Obviously enough we don't have any garbage collection in here for failed or aborted writes. Thanks to the unique naming of those files, these are very easy to spot during a GC pass and if they had a last modified date several days ago they would ideal for purging. Implementing one of those is easy using async_enumerate(), and is left as an exercise for the reader.

Table 1.7. This second generation solution will perform reasonably well under these conditions:

	Condition
✔	On Microsoft Windows you can place the store deep in a directory hierarchy and use long key names.
✔	Third party threads and processes can rename the location of the store during use.
✔	The size of all the values being read at any given time fits into your virtual address space (which is at least 2Gb on 32 bit, 8Tb on 64 bit).
✔	As many processes and threads may read and write to the store concurrently as you like, including any mix of CIFS and NFS clients.
✔	Processes may unexpectedly exit during modifies with no consequence on consistency.
✘	Maximum performance isn't important to you.
✔	Sudden power loss may not maintain original write ordering across multiple key-value updates, however each key will have some complete value which it had at some point in history.
✘	You don't need to update more than one key-value at once.
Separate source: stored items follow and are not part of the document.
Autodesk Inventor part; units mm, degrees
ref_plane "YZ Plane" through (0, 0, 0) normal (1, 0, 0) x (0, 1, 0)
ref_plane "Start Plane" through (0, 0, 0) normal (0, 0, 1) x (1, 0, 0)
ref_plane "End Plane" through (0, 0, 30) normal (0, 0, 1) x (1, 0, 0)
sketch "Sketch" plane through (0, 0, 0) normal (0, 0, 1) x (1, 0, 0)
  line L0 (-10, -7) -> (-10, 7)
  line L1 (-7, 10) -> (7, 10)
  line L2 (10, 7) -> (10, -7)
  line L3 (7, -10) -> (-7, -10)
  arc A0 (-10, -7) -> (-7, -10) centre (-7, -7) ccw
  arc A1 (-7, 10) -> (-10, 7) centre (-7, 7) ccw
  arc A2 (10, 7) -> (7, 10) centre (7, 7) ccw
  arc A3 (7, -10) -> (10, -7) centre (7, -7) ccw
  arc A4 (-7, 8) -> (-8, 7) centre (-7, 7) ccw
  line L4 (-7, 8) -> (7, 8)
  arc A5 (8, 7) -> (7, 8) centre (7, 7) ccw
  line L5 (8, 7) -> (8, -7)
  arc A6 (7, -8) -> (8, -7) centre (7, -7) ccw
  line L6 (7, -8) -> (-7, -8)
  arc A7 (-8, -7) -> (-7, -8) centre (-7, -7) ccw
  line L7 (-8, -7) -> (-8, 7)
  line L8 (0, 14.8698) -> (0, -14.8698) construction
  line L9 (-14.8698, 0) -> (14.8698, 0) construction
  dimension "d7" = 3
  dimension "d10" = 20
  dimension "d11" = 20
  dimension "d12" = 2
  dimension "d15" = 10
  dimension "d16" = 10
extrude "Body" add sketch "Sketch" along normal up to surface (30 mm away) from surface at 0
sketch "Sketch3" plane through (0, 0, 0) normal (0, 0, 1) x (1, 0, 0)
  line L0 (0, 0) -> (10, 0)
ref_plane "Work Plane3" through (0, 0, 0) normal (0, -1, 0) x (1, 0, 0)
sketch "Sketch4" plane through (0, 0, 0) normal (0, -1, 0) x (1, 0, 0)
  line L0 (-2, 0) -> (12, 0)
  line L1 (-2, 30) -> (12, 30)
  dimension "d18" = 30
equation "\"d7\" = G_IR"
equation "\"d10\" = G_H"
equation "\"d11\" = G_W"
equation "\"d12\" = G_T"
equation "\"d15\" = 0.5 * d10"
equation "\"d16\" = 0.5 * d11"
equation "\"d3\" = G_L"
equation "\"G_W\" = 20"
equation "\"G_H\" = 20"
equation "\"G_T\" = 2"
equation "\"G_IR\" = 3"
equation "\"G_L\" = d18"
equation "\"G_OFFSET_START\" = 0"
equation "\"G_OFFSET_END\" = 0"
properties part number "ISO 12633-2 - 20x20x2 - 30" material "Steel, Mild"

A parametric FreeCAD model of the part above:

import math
import FreeCAD as App
import Part
import Sketcher
from FreeCAD import Vector

doc = App.newDocument("Part")
params = doc.addObject("Spreadsheet::Sheet", "Params")
for row, (alias, value) in enumerate([
    ("sketch1_radius", "3 mm"),
    ("sketch1_radius2", "1 mm"),
    ("pad1_length", "30 mm"),
], start=1):
    params.set(f"A{row}", alias)
    params.set(f"B{row}", "=" + value)
    params.setAlias(f"B{row}", alias)

body = doc.addObject("PartDesign::Body", "Body")

sketch1 = body.newObject("Sketcher::SketchObject", "Sketch")
sketch1.AttachmentSupport = (doc.getObject("XY_Plane"), [""])
sketch1.MapMode = "FlatFace"
sketch1.addGeometry(Part.LineSegment(Vector(-10, 7, 0), Vector(-10, -7, 0)), False)
sketch1.addGeometry(Part.ArcOfCircle(Part.Circle(Vector(-7, -7, 0), Vector(0, 0, 1), 3), math.radians(180), math.radians(270)), False)
sketch1.addGeometry(Part.LineSegment(Vector(-7, -10, 0), Vector(7, -10, 0)), False)
sketch1.addGeometry(Part.ArcOfCircle(Part.Circle(Vector(7, -7, 0), Vector(0, 0, 1), 3), math.radians(-90), math.radians(0)), False)
sketch1.addGeometry(Part.LineSegment(Vector(10, -7, 0), Vector(10, 7, 0)), False)
sketch1.addGeometry(Part.ArcOfCircle(Part.Circle(Vector(7, 7, 0), Vector(0, 0, 1), 3), math.radians(0), math.radians(90)), False)
sketch1.addGeometry(Part.LineSegment(Vector(7, 10, 0), Vector(-7, 10, 0)), False)
sketch1.addGeometry(Part.ArcOfCircle(Part.Circle(Vector(-7, 7, 0), Vector(0, 0, 1), 3), math.radians(90), math.radians(180)), False)
sketch1.addGeometry(Part.ArcOfCircle(Part.Circle(Vector(-7, 7, 0), Vector(0, 0, 1), 1), math.radians(90), math.radians(180)), False)
sketch1.addGeometry(Part.LineSegment(Vector(-7, 8, 0), Vector(7, 8, 0)), False)
sketch1.addGeometry(Part.ArcOfCircle(Part.Circle(Vector(7, 7, 0), Vector(0, 0, 1), 1), math.radians(0), math.radians(90)), False)
sketch1.addGeometry(Part.LineSegment(Vector(8, 7, 0), Vector(8, -7, 0)), False)
sketch1.addGeometry(Part.ArcOfCircle(Part.Circle(Vector(7, -7, 0), Vector(0, 0, 1), 1), math.radians(-90), math.radians(0)), False)
sketch1.addGeometry(Part.LineSegment(Vector(7, -8, 0), Vector(-7, -8, 0)), False)
sketch1.addGeometry(Part.ArcOfCircle(Part.Circle(Vector(-7, -7, 0), Vector(0, 0, 1), 1), math.radians(180), math.radians(270)), False)
sketch1.addGeometry(Part.LineSegment(Vector(-8, -7, 0), Vector(-8, 7, 0)), False)
sketch1.addConstraint(Sketcher.Constraint("Tangent", 0, 2, 1, 1))
sketch1.addConstraint(Sketcher.Constraint("Tangent", 1, 2, 2, 1))
sketch1.addConstraint(Sketcher.Constraint("Tangent", 2, 2, 3, 1))
sketch1.addConstraint(Sketcher.Constraint("Tangent", 3, 2, 4, 1))
sketch1.addConstraint(Sketcher.Constraint("Tangent", 4, 2, 5, 1))
sketch1.addConstraint(Sketcher.Constraint("Tangent", 5, 2, 6, 1))
sketch1.addConstraint(Sketcher.Constraint("Tangent", 6, 2, 7, 1))
sketch1.addConstraint(Sketcher.Constraint("Tangent", 7, 2, 0, 1))
sketch1.addConstraint(Sketcher.Constraint("Tangent", 8, 1, 9, 1))
sketch1.addConstraint(Sketcher.Constraint("Tangent", 9, 2, 10, 2))
sketch1.addConstraint(Sketcher.Constraint("Tangent", 10, 1, 11, 1))
sketch1.addConstraint(Sketcher.Constraint("Tangent", 11, 2, 12, 2))
sketch1.addConstraint(Sketcher.Constraint("Tangent", 12, 1, 13, 1))
sketch1.addConstraint(Sketcher.Constraint("Tangent", 13, 2, 14, 2))
sketch1.addConstraint(Sketcher.Constraint("Tangent", 14, 1, 15, 1))
sketch1.addConstraint(Sketcher.Constraint("Tangent", 15, 2, 8, 2))
sketch1.addConstraint(Sketcher.Constraint("Vertical", 0))
sketch1.addConstraint(Sketcher.Constraint("Horizontal", 2))
sketch1.addConstraint(Sketcher.Constraint("Vertical", 4))
sketch1.addConstraint(Sketcher.Constraint("Horizontal", 6))
sketch1.addConstraint(Sketcher.Constraint("Horizontal", 9))
sketch1.addConstraint(Sketcher.Constraint("Vertical", 11))
sketch1.addConstraint(Sketcher.Constraint("Horizontal", 13))
sketch1.addConstraint(Sketcher.Constraint("Vertical", 15))
sketch1.addConstraint(Sketcher.Constraint("Coincident", 8, 3, 7, 3))
sketch1.addConstraint(Sketcher.Constraint("Coincident", 10, 3, 5, 3))
sketch1.addConstraint(Sketcher.Constraint("Coincident", 12, 3, 3, 3))
sketch1.addConstraint(Sketcher.Constraint("Equal", 1, 3))
sketch1.addConstraint(Sketcher.Constraint("Equal", 3, 5))
sketch1.addConstraint(Sketcher.Constraint("Equal", 5, 7))
sketch1.addConstraint(Sketcher.Constraint("Equal", 12, 14))
sketch1.addConstraint(Sketcher.Constraint("Symmetric", 1, 3, 5, 3, -1, 1))
sketch1.addConstraint(Sketcher.Constraint("Equal", 13, 0))
sketch1.addConstraint(Sketcher.Constraint("Radius", 1, 3.0))
sketch1.addConstraint(Sketcher.Constraint("Radius", 8, 1.0))
sketch1.addConstraint(Sketcher.Constraint("DistanceX", 0, 2, -1, 1, 10.0))
sketch1.setExpression("Constraints[33]", "Params.sketch1_radius")
sketch1.setExpression("Constraints[34]", "Params.sketch1_radius2")
pad1 = body.newObject("PartDesign::Pad", "Pad")
pad1.Profile = sketch1
pad1.setExpression("Length", "Params.pad1_length")

doc.recompute()
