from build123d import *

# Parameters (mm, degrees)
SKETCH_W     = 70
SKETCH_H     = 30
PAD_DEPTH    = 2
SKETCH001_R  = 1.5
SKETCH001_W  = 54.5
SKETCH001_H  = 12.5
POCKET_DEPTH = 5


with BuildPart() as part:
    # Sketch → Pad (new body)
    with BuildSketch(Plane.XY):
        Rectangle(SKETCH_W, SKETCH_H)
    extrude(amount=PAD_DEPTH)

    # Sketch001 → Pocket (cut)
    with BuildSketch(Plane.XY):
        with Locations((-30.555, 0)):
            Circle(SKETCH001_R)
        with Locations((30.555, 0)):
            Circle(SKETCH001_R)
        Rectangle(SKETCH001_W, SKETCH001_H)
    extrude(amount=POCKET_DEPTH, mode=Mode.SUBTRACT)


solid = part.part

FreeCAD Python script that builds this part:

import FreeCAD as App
import Part
import Sketcher
Q = App.Units.Quantity

doc = App.newDocument("Part")
body = doc.addObject("PartDesign::Body", "Body")

# Sketch on XY plane
sketch1 = body.newObject("Sketcher::SketchObject", "Sketch")
sketch1.AttachmentSupport = (doc.getObject("XY_Plane"), [""])
sketch1.MapMode = "FlatFace"
sketch1.addGeometry(Part.LineSegment(App.Vector(-35, 15, 0), App.Vector(-35, -15, 0)), False)
sketch1.addGeometry(Part.LineSegment(App.Vector(-35, -15, 0), App.Vector(35, -15, 0)), False)
sketch1.addGeometry(Part.LineSegment(App.Vector(35, -15, 0), App.Vector(35, 15, 0)), False)
sketch1.addGeometry(Part.LineSegment(App.Vector(35, 15, 0), App.Vector(-35, 15, 0)), False)
sketch1.addConstraint(Sketcher.Constraint("Coincident", 0, 2, 1, 1))
sketch1.addConstraint(Sketcher.Constraint("Coincident", 1, 2, 2, 1))
sketch1.addConstraint(Sketcher.Constraint("Coincident", 2, 2, 3, 1))
sketch1.addConstraint(Sketcher.Constraint("Coincident", 3, 2, 0, 1))
sketch1.addConstraint(Sketcher.Constraint("Vertical", 0))
sketch1.addConstraint(Sketcher.Constraint("Horizontal", 1))
sketch1.addConstraint(Sketcher.Constraint("Vertical", 2))
sketch1.addConstraint(Sketcher.Constraint("Horizontal", 3))
sketch1.addConstraint(Sketcher.Constraint("Symmetric", 0, 2, 2, 2, -1, 1))
sketch1.addConstraint(Sketcher.Constraint("DistanceX", 1, 1, 1, 2, Q("70 mm")))
sketch1.addConstraint(Sketcher.Constraint("DistanceY", 0, 2, 0, 1, Q("30 mm")))
pad1 = body.newObject("PartDesign::Pad", "Pad")
pad1.Profile = sketch1
pad1.Length = 2

# Sketch on XY plane
sketch2 = body.newObject("Sketcher::SketchObject", "Sketch001")
sketch2.AttachmentSupport = (doc.getObject("XY_Plane"), [""])
sketch2.MapMode = "FlatFace"
sketch2.addGeometry(Part.Circle(App.Vector(-30.6, 0, 0), App.Vector(0, 0, 1), 1.5), False)
sketch2.addGeometry(Part.Circle(App.Vector(30.6, 0, 0), App.Vector(0, 0, 1), 1.5), False)
sketch2.addGeometry(Part.LineSegment(App.Vector(-27.2, 6.2, 0), App.Vector(-27.2, -6.2, 0)), False)
sketch2.addGeometry(Part.LineSegment(App.Vector(-27.2, -6.2, 0), App.Vector(27.2, -6.2, 0)), False)
sketch2.addGeometry(Part.LineSegment(App.Vector(27.2, -6.2, 0), App.Vector(27.2, 6.2, 0)), False)
sketch2.addGeometry(Part.LineSegment(App.Vector(27.2, 6.2, 0), App.Vector(-27.2, 6.2, 0)), False)
sketch2.addConstraint(Sketcher.Constraint("Coincident", 2, 2, 3, 1))
sketch2.addConstraint(Sketcher.Constraint("Coincident", 3, 2, 4, 1))
sketch2.addConstraint(Sketcher.Constraint("Coincident", 4, 2, 5, 1))
sketch2.addConstraint(Sketcher.Constraint("Coincident", 5, 2, 2, 1))
sketch2.addConstraint(Sketcher.Constraint("Vertical", 2))
sketch2.addConstraint(Sketcher.Constraint("Horizontal", 3))
sketch2.addConstraint(Sketcher.Constraint("Vertical", 4))
sketch2.addConstraint(Sketcher.Constraint("Horizontal", 5))
sketch2.addConstraint(Sketcher.Constraint("Equal", 0, 1))
sketch2.addConstraint(Sketcher.Constraint("Symmetric", 0, 3, 1, 3, -1, 1))
sketch2.addConstraint(Sketcher.Constraint("Symmetric", 2, 2, 4, 2, -1, 1))
sketch2.addConstraint(Sketcher.Constraint("PointOnObject", 0, 3, -1))
sketch2.addConstraint(Sketcher.Constraint("Diameter", 0, Q("3 mm")))
sketch2.addConstraint(Sketcher.Constraint("DistanceX", 3, 1, 3, 2, Q("54.5 mm")))
sketch2.addConstraint(Sketcher.Constraint("DistanceY", 2, 2, 2, 1, Q("12.5 mm")))
sketch2.addConstraint(Sketcher.Constraint("DistanceX", 0, 3, 1, 3, Q("61.11 mm")))
pocket1 = body.newObject("PartDesign::Pocket", "Pocket")
pocket1.Profile = sketch2
pocket1.Length = 5
pocket1.Reversed = True

doc.recompute()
^[6] This operation is not possible on Microsoft Windows using the Win32 API — nowhere in the Win32 API is this operation made available. However the NT kernel API does provide this operation, hence AFIO can provide POSIX atomic relink guarantees on Windows.

^[7] This may not be true on older NFS mounts, or NFS mounts with the wrong configuration. See the NFS documentation. It is also possible to configure Samba in a way which breaks the atomicity of atomic renaming, see the Samba documentation.

^[8] This is as yet untested by empirical testing, however AFIO does no magic tricks, it just thinly wraps the operating system APIs.